Снова в Тяжине. Солнечный день. На земле много разноцветных листьев, но деревья все зелёные. Ходили за грибами и набрали белых. Вечером взошла полная луна. Перед сном были у берёзки. Я думал о том, что пусть сейчас в движении нашем скорость ещё невелика — этим смущаться не надо: мы остановиться не можем — это раз, второе, что, рано ли, поздно ли, наш ручей прибежит в океан.
...Я просил ещё укрепления своей связи со всем Целым умершего прошедшего люда, просил в настоящем тех встреч, в которых по человеку встречаются со Всемчеловеком. Ещё просил о свете на том тёмном пути, когда люди прощаются с жизнью, чтобы страшный для всех конец мне преобразился в радость. Я молился, как молятся настоящие христиане, и знал, что всё это пришло ко мне через Л., и не страшился. Пусть через Л., но она ведь со мной! А если бы ушла, то душа её со мной навсегда.
Вечером были в клубе, слушали доклад «Международное положение», и понял перемену ориентации от «благополучия» к «судьбе».
Только у робкого или мужественного человека судьба сказывается по-разному. У деятельного человека судьба побуждает к деятельности, а у робкого — судьба в утешение, у ленивого — в оправдание.
Вот было, в кухне завизжала собачка, а я лежал ещё в постели.
—Что же делается с собакой, — сказал я, — надо посмотреть, не защемило ли её, не умерла бы от чего?
— Не ходи, милый, — сказала Л. (ей очень не хотелось вылезать из тёплой постели), — ну, умрёт, — значит, судьба...
Мне тоже не хотелось, но, услыхав такую «судьбу», я вскочил и побежал скорее, вопреки той «судьбе», скорее, скорей собачку спасать! И я её спас, и моя живая судьба победила «судьбу» моего ленивого друга.
Октябрь.
Птицын спросил Л.:— Знает ли М. М., с кем он имеет дело, какая вы?
Мне уже давно кажется, будто я не совсем её знаю, а только
— За что вы любите В. Д.?
— За её чисто мужской ум, — ответил он и в свою очередь спросил меня, за что я её люблю?
— За чистую женственность, — ответил я. Мы оба были правы: она одинаково могла бы быть и профессором, и духовной воспитательницей. Но ум её был не занят, и сердце не находило ответа.
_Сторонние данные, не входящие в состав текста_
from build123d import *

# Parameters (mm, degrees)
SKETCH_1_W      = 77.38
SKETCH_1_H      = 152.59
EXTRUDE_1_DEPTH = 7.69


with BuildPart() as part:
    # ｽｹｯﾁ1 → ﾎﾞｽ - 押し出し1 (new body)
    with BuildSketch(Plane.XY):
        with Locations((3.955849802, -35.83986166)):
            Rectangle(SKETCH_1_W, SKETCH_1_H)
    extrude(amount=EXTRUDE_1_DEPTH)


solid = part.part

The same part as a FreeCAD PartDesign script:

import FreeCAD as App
import Part
import Sketcher

V = App.Vector

doc = App.newDocument("Part")
params = doc.addObject("Spreadsheet::Sheet", "Params")
for row, (alias, value) in enumerate([
    ("sketch1_width", "77.38 mm"),
    ("sketch1_height", "152.59 mm"),
    ("pad1_length", "7.69 mm"),
], start=1):
    params.set(f"A{row}", alias)
    params.set(f"B{row}", "=" + value)
    params.setAlias(f"B{row}", alias)

body = doc.addObject("PartDesign::Body", "Body")

# Sketch on XY plane
sketch1 = body.newObject("Sketcher::SketchObject", "Sketch")
sketch1.AttachmentSupport = (doc.getObject("XY_Plane"), [""])
sketch1.MapMode = "FlatFace"
sketch1.addGeometry(Part.LineSegment(V(-34.73415, 40.455138, 0), V(-34.73415, -112.134862, 0)), False)
sketch1.addGeometry(Part.LineSegment(V(-34.73415, -112.134862, 0), V(42.64585, -112.134862, 0)), False)
sketch1.addGeometry(Part.LineSegment(V(42.64585, -112.134862, 0), V(42.64585, 40.455138, 0)), False)
sketch1.addGeometry(Part.LineSegment(V(42.64585, 40.455138, 0), V(-34.73415, 40.455138, 0)), False)
sketch1.addConstraint(Sketcher.Constraint("Coincident", 0, 2, 1, 1))
sketch1.addConstraint(Sketcher.Constraint("Coincident", 1, 2, 2, 1))
sketch1.addConstraint(Sketcher.Constraint("Coincident", 2, 2, 3, 1))
sketch1.addConstraint(Sketcher.Constraint("Coincident", 3, 2, 0, 1))
sketch1.addConstraint(Sketcher.Constraint("Vertical", 0))
sketch1.addConstraint(Sketcher.Constraint("Horizontal", 1))
sketch1.addConstraint(Sketcher.Constraint("Vertical", 2))
sketch1.addConstraint(Sketcher.Constraint("Horizontal", 3))
sketch1.addConstraint(Sketcher.Constraint("DistanceX", 1, 1, 1, 2, 77.38))
sketch1.addConstraint(Sketcher.Constraint("DistanceY", 0, 2, 0, 1, 152.59))
sketch1.addConstraint(Sketcher.Constraint("DistanceX", 0, 2, -1, 1, 34.73415))
sketch1.addConstraint(Sketcher.Constraint("DistanceY", 0, 2, -1, 1, 112.134862))
sketch1.setExpression("Constraints[8]", "Params.sketch1_width")
sketch1.setExpression("Constraints[9]", "Params.sketch1_height")
pad1 = body.newObject("PartDesign::Pad", "Pad")
pad1.Profile = sketch1
pad1.setExpression("Length", "Params.pad1_length")

doc.recompute()
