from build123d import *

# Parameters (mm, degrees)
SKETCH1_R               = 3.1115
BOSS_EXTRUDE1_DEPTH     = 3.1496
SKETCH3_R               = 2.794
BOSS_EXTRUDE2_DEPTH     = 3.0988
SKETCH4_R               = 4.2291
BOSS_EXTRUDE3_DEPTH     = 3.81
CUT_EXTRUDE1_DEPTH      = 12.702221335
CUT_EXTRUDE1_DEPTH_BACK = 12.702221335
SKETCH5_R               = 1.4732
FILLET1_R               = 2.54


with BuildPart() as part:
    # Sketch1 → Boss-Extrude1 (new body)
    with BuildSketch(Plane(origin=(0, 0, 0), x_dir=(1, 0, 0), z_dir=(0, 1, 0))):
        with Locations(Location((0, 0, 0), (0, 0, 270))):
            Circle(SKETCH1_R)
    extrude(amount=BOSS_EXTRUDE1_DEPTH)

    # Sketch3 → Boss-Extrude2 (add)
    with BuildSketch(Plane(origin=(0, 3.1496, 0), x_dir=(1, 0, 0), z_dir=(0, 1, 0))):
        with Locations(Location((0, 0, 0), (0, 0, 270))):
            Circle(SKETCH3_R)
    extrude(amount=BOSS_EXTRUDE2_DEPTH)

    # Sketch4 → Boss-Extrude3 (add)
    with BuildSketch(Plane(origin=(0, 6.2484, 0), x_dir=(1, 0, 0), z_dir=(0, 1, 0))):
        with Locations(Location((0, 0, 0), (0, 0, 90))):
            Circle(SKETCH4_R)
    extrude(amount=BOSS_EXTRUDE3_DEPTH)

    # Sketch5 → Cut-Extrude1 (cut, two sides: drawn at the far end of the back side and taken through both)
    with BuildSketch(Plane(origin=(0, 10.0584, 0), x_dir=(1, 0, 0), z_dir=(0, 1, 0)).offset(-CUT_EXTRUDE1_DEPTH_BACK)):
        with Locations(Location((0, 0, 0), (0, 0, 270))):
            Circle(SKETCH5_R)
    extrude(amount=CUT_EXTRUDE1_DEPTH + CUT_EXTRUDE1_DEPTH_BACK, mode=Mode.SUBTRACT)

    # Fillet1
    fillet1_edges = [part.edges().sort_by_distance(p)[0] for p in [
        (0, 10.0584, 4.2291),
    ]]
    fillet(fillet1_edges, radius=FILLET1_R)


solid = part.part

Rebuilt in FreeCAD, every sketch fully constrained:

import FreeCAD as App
import Part
import Sketcher
Q = App.Units.Quantity


def edges_at(feature, points):
    """Names of the edges that pass closest to the given points."""
    edges = feature.Shape.Edges
    near = lambda p: min(range(len(edges)), key=lambda i: edges[i].distToShape(Part.Vertex(*p))[0])
    return sorted({f"Edge{near(p) + 1}" for p in points})

doc = App.newDocument("Part")
params = doc.addObject("Spreadsheet::Sheet", "Params")
for row, (alias, value) in enumerate([
    ("sketch1_diameter", "0.245 in"),
    ("pad1_length", "0.124 in"),
    ("sketch2_diameter", "0.22 in"),
    ("pad2_length", "0.122 in"),
    ("sketch3_diameter", "0.333 in"),
    ("pad3_length", "0.15 in"),
    ("sketch4_diameter", "0.116 in"),
    ("fillet_radius", "0.1 in"),
], start=1):
    params.set(f"A{row}", alias)
    params.set(f"B{row}", "=" + value)
    params.setAlias(f"B{row}", alias)

body = doc.addObject("PartDesign::Body", "Body")

# Sketch on XZ plane
sketch1 = body.newObject("Sketcher::SketchObject", "Sketch")
sketch1.AttachmentSupport = (doc.getObject("XZ_Plane"), [""])
sketch1.MapMode = "FlatFace"
sketch1.addGeometry(Part.Circle(App.Vector(0, 0, 0), App.Vector(0, 0, 1), 3.1), False)
sketch1.addConstraint(Sketcher.Constraint("Coincident", 0, 3, -1, 1))
sketch1.addConstraint(Sketcher.Constraint("Diameter", 0, Q("0.245 in")))
sketch1.setExpression("Constraints[1]", "Params.sketch1_diameter")
pad1 = body.newObject("PartDesign::Pad", "Pad")
pad1.Profile = sketch1
pad1.setExpression("Length", "Params.pad1_length")
pad1.Reversed = True

# Sketch on XZ plane
sketch2 = body.newObject("Sketcher::SketchObject", "Sketch001")
sketch2.AttachmentSupport = (doc.getObject("XZ_Plane"), [""])
sketch2.MapMode = "FlatFace"
sketch2.AttachmentOffset = App.Placement(App.Vector(0, 0, -0.124 * 25.4), App.Rotation())
sketch2.addGeometry(Part.Circle(App.Vector(0, 0, 0), App.Vector(0, 0, 1), 2.8), False)
sketch2.addConstraint(Sketcher.Constraint("Coincident", 0, 3, -1, 1))
sketch2.addConstraint(Sketcher.Constraint("Diameter", 0, Q("0.22 in")))
sketch2.setExpression("Constraints[1]", "Params.sketch2_diameter")
pad2 = body.newObject("PartDesign::Pad", "Pad001")
pad2.Profile = sketch2
pad2.setExpression("Length", "Params.pad2_length")
pad2.Reversed = True

# Sketch on XZ plane
sketch3 = body.newObject("Sketcher::SketchObject", "Sketch002")
sketch3.AttachmentSupport = (doc.getObject("XZ_Plane"), [""])
sketch3.MapMode = "FlatFace"
sketch3.AttachmentOffset = App.Placement(App.Vector(0, 0, -0.246 * 25.4), App.Rotation())
sketch3.addGeometry(Part.Circle(App.Vector(0, 0, 0), App.Vector(0, 0, 1), 4.2), False)
sketch3.addConstraint(Sketcher.Constraint("Coincident", 0, 3, -1, 1))
sketch3.addConstraint(Sketcher.Constraint("Diameter", 0, Q("0.333 in")))
sketch3.setExpression("Constraints[1]", "Params.sketch3_diameter")
pad3 = body.newObject("PartDesign::Pad", "Pad002")
pad3.Profile = sketch3
pad3.setExpression("Length", "Params.pad3_length")
pad3.Reversed = True

# Sketch on XZ plane
sketch4 = body.newObject("Sketcher::SketchObject", "Sketch003")
sketch4.AttachmentSupport = (doc.getObject("XZ_Plane"), [""])
sketch4.MapMode = "FlatFace"
sketch4.AttachmentOffset = App.Placement(App.Vector(0, 0, -0.396 * 25.4), App.Rotation())
sketch4.addGeometry(Part.Circle(App.Vector(0, 0, 0), App.Vector(0, 0, 1), 1.5), False)
sketch4.addConstraint(Sketcher.Constraint("Coincident", 0, 3, -1, 1))
sketch4.addConstraint(Sketcher.Constraint("Diameter", 0, Q("0.116 in")))
sketch4.setExpression("Constraints[1]", "Params.sketch4_diameter")
pocket1 = body.newObject("PartDesign::Pocket", "Pocket")
pocket1.Profile = sketch4
pocket1.Type = "ThroughAll"
pocket1.Midplane = True
doc.recompute()

fillet = body.newObject("PartDesign::Fillet", "Fillet")
fillet.Base = (pocket1, edges_at(pocket1, [(0, 10.058, 4.229)]))
fillet.setExpression("Radius", "Params.fillet_radius")

doc.recompute()
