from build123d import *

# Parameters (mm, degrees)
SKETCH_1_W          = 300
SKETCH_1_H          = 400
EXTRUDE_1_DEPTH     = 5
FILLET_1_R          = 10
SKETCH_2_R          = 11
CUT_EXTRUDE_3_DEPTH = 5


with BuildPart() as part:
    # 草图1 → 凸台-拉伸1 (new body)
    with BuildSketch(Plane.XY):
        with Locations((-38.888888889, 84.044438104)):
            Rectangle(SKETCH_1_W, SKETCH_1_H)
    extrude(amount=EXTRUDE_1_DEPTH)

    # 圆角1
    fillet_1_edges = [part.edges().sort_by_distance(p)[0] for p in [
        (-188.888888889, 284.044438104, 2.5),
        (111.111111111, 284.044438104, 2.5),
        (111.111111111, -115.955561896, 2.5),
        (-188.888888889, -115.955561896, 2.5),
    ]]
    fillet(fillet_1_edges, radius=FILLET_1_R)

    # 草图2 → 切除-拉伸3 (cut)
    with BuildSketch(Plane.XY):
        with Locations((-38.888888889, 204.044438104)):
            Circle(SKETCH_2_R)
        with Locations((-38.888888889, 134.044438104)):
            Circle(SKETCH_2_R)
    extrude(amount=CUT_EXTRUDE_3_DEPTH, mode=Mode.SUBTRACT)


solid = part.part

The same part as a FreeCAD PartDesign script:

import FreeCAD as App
import Part
import Sketcher
from FreeCAD import Vector
Q = App.Units.Quantity


def edges_at(feature, points):
    """Names of the edges that pass closest to the given points."""
    edges = feature.Shape.Edges
    near = lambda p: min(range(len(edges)), key=lambda i: edges[i].distToShape(Part.Vertex(*p))[0])
    return sorted({f"Edge{near(p) + 1}" for p in points})


def add_polygon(sketch, points):
    """Adds a closed chain of lines whose ends are joined by coincident constraints."""
    first, n = sketch.GeometryCount, len(points)
    for a, b in zip(points, points[1:] + points[:1]):
        sketch.addGeometry(Part.LineSegment(App.Vector(*a, 0), App.Vector(*b, 0)), False)
    for i in range(n):
        sketch.addConstraint(Sketcher.Constraint("Coincident", first + i, 2, first + (i + 1) % n, 1))

doc = App.newDocument("Part")
body = doc.addObject("PartDesign::Body", "Body")

# Sketch on XY plane
sketch1 = body.newObject("Sketcher::SketchObject", "Sketch")
sketch1.AttachmentSupport = (doc.getObject("XY_Plane"), [""])
sketch1.MapMode = "FlatFace"
add_polygon(sketch1, [(-189, 284), (-189, -116), (111, -116), (111, 284)])  # lines 0-3
sketch1.addConstraint([
    Sketcher.Constraint("Vertical", 0),
    Sketcher.Constraint("Horizontal", 1),
    Sketcher.Constraint("Vertical", 2),
    Sketcher.Constraint("Horizontal", 3),
    Sketcher.Constraint("DistanceX", 1, 1, 1, 2, Q("300 mm")),
    Sketcher.Constraint("DistanceY", 0, 2, 0, 1, Q("400 mm")),
    Sketcher.Constraint("DistanceX", 0, 2, -1, 1, Q("188.888889 mm")),
    Sketcher.Constraint("DistanceY", 0, 2, -1, 1, Q("115.955562 mm")),
])
pad1 = body.newObject("PartDesign::Pad", "Pad")
pad1.Profile = sketch1
pad1.Length = 5
doc.recompute()

fillet = body.newObject("PartDesign::Fillet", "Fillet")
fillet.Base = (pad1, edges_at(pad1, [
    (-188.889, 284.044, 2.5),
    (111.111, 284.044, 2.5),
    (111.111, -115.956, 2.5),
    (-188.889, -115.956, 2.5),
]))
fillet.Radius = 10

# Sketch on XY plane
sketch2 = body.newObject("Sketcher::SketchObject", "Sketch001")
sketch2.AttachmentSupport = (doc.getObject("XY_Plane"), [""])
sketch2.MapMode = "FlatFace"
sketch2.addGeometry([
    Part.Circle(Vector(-39, 204, 0), Vector(0, 0, 1), 11),
    Part.Circle(Vector(-39, 134, 0), Vector(0, 0, 1), 11),
], False)
sketch2.addConstraint([
    Sketcher.Constraint("Equal", 0, 1),
    Sketcher.Constraint("Vertical", 0, 3, 1, 3),
    Sketcher.Constraint("Diameter", 0, Q("22 mm")),
    Sketcher.Constraint("DistanceY", 1, 3, 0, 3, Q("70 mm")),
    Sketcher.Constraint("DistanceX", 0, 3, -1, 1, Q("38.888889 mm")),
    Sketcher.Constraint("DistanceY", -1, 1, 0, 3, Q("204.044438 mm")),
])
pocket1 = body.newObject("PartDesign::Pocket", "Pocket")
pocket1.Profile = sketch2
pocket1.Length = 5
pocket1.Reversed = True

doc.recompute()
Так бывает, и, наверно, в древности от женщин в таких состояниях рождались пророки. А когда ум у женщины определился в университет, то стал ограниченным умом определённого факультета; отсюда пророков нечего ждать!
Надо помнить на каждый день независимо от того, хорошо тебе или плохо, что люди нашей страны живут тяжело и выносят невыносимое.
— Почему это. Л., — спросил я, — сегодня я чуть-чуть нездоров и вот ты уже меня больше любишь, и я знаю по себе, что, заболей ты телом своим, и я сейчас же заболею любовью к тебе. Почему при несчастье с другом любовь усиливается?
— Потому, — ответила она, — что в несчастьях мы делаемся ближе к Богу, а это и значит любовь.
Почти каждый день я думаю о нашей встрече как чуде, потому что я не мог ранее предполагать существование подобных людей и подобного глубокого сходства Двух.
Не могу жить в городе безвыездно! Решено завтра ехать искать дачу под Звенигородом.
Ездили и ничего не нашли. Николина Гора — это дача делового человека, Дунино — дача человека вольного.
Мир в неслыханном горе. Глядя со стороны на жизнь, теперь всякий просто глазами видит её бессмысленность. А изнутри каждый для себя на что-то надеется и, проводив с печалью один день, на другое утро встаёт и шепчет: «Хоть день, да мой».
Так показывается извне бессмысленно-вековечное родовое движение человека — полная тьма. И только если глядеть с закрытыми глазами внутрь тьмы, показывается непрерывная цепь полных смысла жизненных вспышек: это мы, люди, как личности, вспыхиваем, передавая свет жизни друг другу.
Сколько людей прошло мимо меня, и сколько раз я слышал от них о себе, что будто бы я не только хороший писатель, но и хороший человек. Много даже и писали об этом, и всё-таки всерьёз я ни разу не поверил в то, что я замечательный и хороший.
Но вот Л. пришла и сказала мне, и через неё я это принял, поверил в себя, и узнал, и обрадовался, и поднялся. Так при солнечных лучах утра поднимается к небу туман над рекой.
На ночь она читала мне «Гитанджали» Тагора[55]
, и в меня от руки моей, лежащей у неё на бедре, в душу поступало чувство её тела, а через слово оно преображалось, и становилось мне, будто видел во сне что-то совершенно прекрасное, а потом пробудился и узнал, что не сон.